*What you need to do*
Extract the first line through the line containing "#4=PRODUCT_DEFINITION_FORMATION('','',#3);" from the listing below, exactly as written.

*Input data*
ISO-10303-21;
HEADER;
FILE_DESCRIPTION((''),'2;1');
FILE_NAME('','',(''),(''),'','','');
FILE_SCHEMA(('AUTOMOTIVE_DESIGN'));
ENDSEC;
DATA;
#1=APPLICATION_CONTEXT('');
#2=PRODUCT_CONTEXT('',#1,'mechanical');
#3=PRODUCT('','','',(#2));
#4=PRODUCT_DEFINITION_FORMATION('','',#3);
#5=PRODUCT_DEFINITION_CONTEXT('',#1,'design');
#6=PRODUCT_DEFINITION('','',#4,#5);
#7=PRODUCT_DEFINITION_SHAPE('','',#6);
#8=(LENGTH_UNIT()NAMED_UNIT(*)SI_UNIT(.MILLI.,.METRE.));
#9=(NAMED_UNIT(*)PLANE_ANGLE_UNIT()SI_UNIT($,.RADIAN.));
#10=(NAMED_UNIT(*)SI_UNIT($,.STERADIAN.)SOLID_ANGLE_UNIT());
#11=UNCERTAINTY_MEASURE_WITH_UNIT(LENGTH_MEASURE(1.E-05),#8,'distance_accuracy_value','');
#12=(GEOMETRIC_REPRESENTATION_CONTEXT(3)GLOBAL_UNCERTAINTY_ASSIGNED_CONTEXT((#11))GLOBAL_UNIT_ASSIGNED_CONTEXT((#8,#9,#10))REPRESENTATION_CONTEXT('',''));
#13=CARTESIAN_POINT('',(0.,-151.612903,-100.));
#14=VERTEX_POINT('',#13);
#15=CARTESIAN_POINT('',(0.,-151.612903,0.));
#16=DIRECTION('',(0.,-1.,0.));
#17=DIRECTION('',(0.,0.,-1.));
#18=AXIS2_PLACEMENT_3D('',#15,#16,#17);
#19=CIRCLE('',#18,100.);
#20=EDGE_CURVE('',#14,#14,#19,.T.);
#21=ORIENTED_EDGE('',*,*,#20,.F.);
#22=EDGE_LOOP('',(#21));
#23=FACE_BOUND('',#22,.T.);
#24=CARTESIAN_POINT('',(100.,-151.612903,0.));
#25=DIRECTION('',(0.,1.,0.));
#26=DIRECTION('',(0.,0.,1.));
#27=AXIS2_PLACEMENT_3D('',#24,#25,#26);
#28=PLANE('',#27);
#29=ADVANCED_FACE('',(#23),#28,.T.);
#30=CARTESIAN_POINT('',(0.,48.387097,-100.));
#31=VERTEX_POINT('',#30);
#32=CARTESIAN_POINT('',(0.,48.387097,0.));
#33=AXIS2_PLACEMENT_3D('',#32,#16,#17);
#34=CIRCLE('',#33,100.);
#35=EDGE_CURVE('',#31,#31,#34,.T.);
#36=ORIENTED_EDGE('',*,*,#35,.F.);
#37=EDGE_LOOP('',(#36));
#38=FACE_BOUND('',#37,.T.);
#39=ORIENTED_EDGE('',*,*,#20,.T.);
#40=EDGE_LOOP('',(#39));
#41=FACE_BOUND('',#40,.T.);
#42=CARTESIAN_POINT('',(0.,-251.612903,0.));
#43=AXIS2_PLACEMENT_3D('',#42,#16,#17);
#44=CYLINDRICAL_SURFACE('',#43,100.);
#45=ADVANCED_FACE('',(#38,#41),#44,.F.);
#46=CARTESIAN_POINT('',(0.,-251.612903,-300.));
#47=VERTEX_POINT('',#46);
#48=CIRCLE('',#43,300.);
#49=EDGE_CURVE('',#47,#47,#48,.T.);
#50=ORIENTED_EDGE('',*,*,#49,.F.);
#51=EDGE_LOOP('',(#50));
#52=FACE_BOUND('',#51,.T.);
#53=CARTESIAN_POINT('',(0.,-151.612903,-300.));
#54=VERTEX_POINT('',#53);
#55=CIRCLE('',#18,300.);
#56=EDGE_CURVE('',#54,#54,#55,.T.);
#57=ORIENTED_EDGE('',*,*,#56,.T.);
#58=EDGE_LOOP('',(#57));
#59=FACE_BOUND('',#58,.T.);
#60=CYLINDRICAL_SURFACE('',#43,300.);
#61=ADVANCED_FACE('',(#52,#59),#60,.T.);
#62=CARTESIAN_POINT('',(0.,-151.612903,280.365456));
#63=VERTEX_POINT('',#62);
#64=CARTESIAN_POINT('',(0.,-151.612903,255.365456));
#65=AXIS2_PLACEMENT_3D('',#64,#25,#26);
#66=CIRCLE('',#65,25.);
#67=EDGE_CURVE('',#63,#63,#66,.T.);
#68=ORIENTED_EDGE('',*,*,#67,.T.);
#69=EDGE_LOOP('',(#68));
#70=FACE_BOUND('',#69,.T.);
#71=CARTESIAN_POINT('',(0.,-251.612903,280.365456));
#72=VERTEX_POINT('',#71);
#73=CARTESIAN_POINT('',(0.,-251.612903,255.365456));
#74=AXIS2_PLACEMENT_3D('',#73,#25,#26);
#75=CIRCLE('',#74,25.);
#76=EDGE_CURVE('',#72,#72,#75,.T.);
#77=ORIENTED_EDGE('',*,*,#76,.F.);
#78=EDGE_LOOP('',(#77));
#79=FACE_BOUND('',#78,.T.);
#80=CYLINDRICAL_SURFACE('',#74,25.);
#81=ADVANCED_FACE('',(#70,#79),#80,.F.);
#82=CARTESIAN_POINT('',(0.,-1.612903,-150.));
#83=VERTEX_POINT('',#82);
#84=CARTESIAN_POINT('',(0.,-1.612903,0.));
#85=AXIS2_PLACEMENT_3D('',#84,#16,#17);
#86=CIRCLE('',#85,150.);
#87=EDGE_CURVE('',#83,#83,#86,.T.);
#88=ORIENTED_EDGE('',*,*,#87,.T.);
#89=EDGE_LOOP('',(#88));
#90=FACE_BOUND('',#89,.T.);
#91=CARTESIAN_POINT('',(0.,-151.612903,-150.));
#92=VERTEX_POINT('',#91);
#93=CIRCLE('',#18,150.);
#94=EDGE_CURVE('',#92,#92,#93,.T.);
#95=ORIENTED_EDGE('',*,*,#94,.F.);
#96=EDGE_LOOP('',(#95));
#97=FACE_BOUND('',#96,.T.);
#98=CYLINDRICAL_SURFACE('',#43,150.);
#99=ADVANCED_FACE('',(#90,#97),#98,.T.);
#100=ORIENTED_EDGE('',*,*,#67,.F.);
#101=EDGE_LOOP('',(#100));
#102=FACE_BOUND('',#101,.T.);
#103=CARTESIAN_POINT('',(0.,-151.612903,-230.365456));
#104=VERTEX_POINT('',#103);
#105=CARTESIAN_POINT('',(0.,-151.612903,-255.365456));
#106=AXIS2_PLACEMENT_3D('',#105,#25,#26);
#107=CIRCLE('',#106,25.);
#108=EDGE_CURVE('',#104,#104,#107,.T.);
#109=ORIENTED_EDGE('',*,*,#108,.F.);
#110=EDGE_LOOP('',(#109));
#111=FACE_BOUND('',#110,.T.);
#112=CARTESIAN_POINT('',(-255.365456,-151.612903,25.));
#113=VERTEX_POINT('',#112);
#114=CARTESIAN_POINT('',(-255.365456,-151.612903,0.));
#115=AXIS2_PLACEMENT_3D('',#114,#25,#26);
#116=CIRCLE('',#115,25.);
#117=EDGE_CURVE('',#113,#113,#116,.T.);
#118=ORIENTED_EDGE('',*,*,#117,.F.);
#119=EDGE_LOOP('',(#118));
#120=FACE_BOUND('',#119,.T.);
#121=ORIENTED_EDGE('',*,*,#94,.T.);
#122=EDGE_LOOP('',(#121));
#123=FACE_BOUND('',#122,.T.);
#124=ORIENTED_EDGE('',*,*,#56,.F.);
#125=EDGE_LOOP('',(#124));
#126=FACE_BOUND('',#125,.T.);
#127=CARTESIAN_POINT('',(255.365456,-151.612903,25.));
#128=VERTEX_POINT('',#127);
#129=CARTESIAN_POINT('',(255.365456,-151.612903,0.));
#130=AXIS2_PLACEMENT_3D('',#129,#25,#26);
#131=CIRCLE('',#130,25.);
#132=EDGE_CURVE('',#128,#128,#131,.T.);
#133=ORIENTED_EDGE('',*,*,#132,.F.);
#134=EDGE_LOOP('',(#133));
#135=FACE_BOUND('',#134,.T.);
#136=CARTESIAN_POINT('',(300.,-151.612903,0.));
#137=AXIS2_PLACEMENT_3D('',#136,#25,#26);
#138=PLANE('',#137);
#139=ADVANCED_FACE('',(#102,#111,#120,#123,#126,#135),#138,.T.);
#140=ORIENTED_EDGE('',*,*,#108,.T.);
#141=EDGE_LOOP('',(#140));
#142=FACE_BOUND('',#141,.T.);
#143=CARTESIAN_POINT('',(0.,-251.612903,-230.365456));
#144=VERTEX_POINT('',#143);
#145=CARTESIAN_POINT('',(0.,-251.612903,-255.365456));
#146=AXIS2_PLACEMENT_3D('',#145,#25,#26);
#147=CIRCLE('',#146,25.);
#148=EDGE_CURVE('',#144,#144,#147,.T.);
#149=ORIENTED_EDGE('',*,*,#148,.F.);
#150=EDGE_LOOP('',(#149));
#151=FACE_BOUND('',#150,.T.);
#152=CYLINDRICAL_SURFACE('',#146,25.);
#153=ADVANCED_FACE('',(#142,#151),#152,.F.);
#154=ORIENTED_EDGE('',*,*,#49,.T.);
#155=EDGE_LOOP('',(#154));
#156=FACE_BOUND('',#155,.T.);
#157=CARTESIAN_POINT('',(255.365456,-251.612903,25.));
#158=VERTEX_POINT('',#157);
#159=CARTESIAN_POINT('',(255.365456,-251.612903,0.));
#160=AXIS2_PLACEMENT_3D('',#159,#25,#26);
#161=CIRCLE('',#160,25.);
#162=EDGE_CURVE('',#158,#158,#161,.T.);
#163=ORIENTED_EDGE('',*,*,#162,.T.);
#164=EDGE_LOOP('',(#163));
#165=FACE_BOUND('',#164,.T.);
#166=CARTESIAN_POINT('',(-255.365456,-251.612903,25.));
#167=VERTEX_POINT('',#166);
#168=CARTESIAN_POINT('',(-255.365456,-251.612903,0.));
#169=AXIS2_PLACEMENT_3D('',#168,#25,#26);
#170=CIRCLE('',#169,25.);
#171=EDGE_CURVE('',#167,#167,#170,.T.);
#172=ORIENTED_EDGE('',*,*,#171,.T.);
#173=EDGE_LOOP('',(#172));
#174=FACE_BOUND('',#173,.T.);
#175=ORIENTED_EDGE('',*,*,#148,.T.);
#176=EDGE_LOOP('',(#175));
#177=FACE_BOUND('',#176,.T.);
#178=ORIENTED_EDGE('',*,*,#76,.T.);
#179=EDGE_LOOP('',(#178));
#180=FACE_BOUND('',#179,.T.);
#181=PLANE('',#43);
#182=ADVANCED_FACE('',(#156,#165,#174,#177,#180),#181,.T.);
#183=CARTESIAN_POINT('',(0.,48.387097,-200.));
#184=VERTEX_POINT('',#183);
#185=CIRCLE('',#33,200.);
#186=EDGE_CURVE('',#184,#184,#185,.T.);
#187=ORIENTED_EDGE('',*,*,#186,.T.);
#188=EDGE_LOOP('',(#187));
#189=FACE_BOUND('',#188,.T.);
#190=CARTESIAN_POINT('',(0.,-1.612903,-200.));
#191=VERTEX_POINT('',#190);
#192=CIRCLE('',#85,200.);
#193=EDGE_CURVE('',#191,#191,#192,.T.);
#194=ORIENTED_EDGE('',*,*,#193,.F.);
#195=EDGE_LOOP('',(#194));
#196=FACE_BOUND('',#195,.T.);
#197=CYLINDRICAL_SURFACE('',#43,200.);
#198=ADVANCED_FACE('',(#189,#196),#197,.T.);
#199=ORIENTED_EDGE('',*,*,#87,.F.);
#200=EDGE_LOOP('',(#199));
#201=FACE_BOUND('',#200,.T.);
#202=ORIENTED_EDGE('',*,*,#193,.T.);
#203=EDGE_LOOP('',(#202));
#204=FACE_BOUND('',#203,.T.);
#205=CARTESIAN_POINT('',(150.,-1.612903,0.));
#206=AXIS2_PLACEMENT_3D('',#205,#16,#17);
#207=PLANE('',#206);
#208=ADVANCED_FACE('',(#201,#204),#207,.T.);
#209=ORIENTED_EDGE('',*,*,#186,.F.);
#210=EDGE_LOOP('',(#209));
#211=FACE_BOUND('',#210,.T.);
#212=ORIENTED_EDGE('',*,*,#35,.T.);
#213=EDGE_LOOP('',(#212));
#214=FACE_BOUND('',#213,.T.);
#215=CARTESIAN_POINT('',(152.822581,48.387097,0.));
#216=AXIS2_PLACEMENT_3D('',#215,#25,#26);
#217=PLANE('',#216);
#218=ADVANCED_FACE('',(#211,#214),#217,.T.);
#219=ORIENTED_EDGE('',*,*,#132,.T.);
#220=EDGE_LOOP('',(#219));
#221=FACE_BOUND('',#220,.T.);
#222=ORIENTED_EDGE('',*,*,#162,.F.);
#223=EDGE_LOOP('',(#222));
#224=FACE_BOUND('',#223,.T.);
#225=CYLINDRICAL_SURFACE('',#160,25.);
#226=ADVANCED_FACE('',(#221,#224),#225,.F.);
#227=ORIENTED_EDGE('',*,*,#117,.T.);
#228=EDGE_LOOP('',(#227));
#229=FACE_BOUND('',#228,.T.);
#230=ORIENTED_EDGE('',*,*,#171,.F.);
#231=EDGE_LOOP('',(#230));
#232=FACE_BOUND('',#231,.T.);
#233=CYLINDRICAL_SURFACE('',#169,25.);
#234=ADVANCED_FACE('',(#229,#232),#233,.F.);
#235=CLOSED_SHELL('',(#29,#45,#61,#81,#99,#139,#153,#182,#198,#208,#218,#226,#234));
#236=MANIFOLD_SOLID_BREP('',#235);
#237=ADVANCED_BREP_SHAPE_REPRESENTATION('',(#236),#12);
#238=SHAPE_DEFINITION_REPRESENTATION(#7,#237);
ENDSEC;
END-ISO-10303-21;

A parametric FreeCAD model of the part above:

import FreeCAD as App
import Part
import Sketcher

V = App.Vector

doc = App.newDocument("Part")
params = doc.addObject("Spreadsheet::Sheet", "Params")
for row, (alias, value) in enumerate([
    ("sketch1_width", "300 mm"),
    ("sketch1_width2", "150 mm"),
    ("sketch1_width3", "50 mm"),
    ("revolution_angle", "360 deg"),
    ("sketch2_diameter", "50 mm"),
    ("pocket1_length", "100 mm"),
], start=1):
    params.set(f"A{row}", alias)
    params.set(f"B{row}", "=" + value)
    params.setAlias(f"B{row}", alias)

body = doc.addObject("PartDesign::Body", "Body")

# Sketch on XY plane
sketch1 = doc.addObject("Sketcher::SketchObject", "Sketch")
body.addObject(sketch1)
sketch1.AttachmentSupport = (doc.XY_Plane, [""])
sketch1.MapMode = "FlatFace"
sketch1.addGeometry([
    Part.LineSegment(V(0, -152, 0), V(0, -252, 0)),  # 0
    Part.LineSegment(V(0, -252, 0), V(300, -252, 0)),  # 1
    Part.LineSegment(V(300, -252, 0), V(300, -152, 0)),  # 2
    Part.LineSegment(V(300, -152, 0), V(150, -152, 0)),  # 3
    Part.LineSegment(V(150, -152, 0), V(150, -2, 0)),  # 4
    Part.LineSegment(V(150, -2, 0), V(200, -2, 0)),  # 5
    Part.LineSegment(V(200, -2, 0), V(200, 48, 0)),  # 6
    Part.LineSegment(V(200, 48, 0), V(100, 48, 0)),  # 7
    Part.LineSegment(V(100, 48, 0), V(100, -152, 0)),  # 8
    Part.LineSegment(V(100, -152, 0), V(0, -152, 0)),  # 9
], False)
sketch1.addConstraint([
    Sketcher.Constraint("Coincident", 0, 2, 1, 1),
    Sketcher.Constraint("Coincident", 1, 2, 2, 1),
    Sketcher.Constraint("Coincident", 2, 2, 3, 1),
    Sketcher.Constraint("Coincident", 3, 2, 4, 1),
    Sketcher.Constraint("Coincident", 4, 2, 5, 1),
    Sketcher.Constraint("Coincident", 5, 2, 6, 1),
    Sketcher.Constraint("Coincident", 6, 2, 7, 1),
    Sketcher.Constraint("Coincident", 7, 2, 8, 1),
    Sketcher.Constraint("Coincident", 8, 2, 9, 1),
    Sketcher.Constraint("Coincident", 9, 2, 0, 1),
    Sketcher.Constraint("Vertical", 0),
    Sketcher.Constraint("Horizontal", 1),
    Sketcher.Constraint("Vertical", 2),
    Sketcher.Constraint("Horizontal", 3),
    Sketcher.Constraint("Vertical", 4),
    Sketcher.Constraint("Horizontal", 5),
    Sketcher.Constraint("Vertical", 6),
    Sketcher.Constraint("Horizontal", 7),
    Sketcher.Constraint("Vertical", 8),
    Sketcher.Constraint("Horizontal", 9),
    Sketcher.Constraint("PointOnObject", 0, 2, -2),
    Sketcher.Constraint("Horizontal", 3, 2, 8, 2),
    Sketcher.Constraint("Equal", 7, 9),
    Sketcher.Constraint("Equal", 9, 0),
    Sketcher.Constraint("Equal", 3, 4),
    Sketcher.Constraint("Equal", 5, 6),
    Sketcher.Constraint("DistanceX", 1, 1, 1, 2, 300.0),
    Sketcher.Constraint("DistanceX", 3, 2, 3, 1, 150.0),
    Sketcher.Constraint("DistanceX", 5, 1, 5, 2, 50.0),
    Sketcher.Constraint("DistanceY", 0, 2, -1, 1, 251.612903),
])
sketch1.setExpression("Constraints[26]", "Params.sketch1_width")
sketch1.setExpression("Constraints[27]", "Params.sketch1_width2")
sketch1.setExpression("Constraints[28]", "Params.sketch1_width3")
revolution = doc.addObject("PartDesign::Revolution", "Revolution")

*Expected answer*
ISO-10303-21;
HEADER;
FILE_DESCRIPTION((''),'2;1');
FILE_NAME('','',(''),(''),'','','');
FILE_SCHEMA(('AUTOMOTIVE_DESIGN'));
ENDSEC;
DATA;
#1=APPLICATION_CONTEXT('');
#2=PRODUCT_CONTEXT('',#1,'mechanical');
#3=PRODUCT('','','',(#2));
#4=PRODUCT_DEFINITION_FORMATION('','',#3);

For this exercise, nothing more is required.